A far rilevare la situazione è stavolta Fabrizio Boldrini che dei cacciatori di Cimego è il rettore.

 

Siamo alle solite considerato che la presenza di cervi, caprioli e cinghiali lungo l'asse stradale del Caffaro non conosce tregua” - ribadisce. Boldrini aggiunge: “ Gli invetistimenti si riscontrano principalmente dall'alba e all'imbrunire, il più delle volte causano danni ai mezzi. Sarà anche perchè gli animali tendono a raggiungere il vicino alveo del fiume Chiese, dove sono soliti abbeverare.
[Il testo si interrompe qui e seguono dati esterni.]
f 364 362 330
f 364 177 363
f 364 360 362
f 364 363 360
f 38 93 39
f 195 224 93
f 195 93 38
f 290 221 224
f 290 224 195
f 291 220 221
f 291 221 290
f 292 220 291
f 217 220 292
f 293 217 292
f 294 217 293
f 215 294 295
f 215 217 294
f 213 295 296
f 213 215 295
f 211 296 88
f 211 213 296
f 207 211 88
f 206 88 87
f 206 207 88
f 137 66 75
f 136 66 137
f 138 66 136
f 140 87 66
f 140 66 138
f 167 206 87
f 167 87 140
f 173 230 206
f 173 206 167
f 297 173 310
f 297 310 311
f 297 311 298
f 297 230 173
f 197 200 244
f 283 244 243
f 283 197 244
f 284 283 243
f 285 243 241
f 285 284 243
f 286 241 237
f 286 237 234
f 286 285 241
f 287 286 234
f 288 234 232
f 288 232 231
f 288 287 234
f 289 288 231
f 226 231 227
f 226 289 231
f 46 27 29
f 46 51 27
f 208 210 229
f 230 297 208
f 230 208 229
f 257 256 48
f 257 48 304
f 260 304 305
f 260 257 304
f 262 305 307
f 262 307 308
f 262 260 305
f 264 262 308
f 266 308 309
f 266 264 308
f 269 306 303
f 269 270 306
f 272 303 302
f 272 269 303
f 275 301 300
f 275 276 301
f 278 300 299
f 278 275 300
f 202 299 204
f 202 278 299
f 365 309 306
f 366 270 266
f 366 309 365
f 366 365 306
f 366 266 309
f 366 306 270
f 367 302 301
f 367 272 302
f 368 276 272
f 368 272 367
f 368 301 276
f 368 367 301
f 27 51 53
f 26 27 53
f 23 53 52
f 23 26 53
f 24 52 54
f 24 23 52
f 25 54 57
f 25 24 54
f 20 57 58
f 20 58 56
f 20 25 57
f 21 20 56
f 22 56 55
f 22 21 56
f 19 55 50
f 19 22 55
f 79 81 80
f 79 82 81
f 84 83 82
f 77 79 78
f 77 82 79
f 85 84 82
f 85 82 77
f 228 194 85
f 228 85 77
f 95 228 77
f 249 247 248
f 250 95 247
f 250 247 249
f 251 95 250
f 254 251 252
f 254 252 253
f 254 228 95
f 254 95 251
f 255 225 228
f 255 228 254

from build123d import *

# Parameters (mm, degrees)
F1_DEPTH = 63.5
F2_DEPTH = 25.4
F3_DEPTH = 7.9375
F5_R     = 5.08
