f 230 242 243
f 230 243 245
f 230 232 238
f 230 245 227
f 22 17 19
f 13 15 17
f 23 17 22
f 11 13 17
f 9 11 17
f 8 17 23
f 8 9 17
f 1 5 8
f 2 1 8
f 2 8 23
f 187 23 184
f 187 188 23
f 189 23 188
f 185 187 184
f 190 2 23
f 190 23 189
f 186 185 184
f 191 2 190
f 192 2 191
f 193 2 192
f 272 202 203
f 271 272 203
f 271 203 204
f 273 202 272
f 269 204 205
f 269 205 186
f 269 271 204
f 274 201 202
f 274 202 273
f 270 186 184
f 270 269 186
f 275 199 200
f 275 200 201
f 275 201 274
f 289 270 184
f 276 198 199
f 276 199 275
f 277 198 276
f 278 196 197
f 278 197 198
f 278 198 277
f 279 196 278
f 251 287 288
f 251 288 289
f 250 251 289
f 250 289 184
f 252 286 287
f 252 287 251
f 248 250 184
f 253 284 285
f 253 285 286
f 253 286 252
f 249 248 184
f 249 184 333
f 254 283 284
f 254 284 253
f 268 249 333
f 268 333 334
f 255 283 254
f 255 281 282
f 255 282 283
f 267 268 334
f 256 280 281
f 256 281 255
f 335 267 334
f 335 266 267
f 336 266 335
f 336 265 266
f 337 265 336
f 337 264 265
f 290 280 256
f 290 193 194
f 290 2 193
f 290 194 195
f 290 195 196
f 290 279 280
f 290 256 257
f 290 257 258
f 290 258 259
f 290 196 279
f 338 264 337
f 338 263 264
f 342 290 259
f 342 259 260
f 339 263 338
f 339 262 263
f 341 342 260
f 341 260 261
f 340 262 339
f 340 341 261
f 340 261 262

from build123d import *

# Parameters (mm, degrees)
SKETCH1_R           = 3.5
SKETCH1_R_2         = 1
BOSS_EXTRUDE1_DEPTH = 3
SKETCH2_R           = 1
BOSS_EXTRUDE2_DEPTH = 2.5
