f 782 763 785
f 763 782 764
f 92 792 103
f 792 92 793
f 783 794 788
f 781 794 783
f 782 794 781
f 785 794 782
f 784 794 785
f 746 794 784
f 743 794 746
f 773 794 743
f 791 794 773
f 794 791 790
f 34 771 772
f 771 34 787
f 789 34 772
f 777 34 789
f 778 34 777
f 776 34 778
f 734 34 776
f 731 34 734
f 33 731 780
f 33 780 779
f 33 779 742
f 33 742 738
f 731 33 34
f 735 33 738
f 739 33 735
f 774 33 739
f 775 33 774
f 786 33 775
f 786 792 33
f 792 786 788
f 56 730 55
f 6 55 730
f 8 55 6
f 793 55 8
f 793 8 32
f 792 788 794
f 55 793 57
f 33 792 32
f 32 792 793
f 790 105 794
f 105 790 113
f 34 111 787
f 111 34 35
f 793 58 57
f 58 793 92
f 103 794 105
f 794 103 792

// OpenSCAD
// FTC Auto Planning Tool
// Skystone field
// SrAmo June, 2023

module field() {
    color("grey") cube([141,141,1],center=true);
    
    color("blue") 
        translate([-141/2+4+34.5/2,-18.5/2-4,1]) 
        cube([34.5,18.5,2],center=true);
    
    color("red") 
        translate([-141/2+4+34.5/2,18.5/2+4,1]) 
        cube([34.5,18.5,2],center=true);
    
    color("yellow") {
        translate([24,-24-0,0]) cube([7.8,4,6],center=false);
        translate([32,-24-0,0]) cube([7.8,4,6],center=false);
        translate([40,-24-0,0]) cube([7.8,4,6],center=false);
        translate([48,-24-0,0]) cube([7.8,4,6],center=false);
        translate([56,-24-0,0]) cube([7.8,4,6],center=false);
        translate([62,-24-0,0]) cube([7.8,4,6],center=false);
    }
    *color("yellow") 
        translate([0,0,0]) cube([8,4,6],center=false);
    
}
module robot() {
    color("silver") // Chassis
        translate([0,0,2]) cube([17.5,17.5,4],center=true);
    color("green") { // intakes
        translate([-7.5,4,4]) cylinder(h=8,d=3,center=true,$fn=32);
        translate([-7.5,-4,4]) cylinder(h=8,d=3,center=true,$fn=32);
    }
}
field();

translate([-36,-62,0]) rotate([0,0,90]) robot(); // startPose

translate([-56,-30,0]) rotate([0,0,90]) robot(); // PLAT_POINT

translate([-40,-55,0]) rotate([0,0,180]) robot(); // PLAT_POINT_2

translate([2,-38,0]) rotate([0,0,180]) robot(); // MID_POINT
Ed è proprio in quello spostamento che avvengono gli investimenti; il tratto rettilineo porta gli automobilisti a sostenere alte velocità”.

 

In alcuni casi, come in quest'ultimo, l'automobilista preferisce andarsene anche se sulla carrozzeria ci sono tracce e ammaccature.

 

Ancora Fabrizio Boldroni. “ Da una nostra conta, solo nel corso di questi sette mesi dell'anno 2020, all'interno di quella zona, gli investimenti mortali hanno riguardato sette caprioli e due cervi”.

 

Stessi riscontri anche a sud di Condino, dove tra l'area di servizio dei Leotti ( località Staide) e la rotatoria successiva , dislocata nelle adiacenze di Agri 90' in territorio di Storo, di carcasse se ne contano in maniera frequente.

 

Un problema, quello degli attraversamenti di animali in queste tratte, che persiste.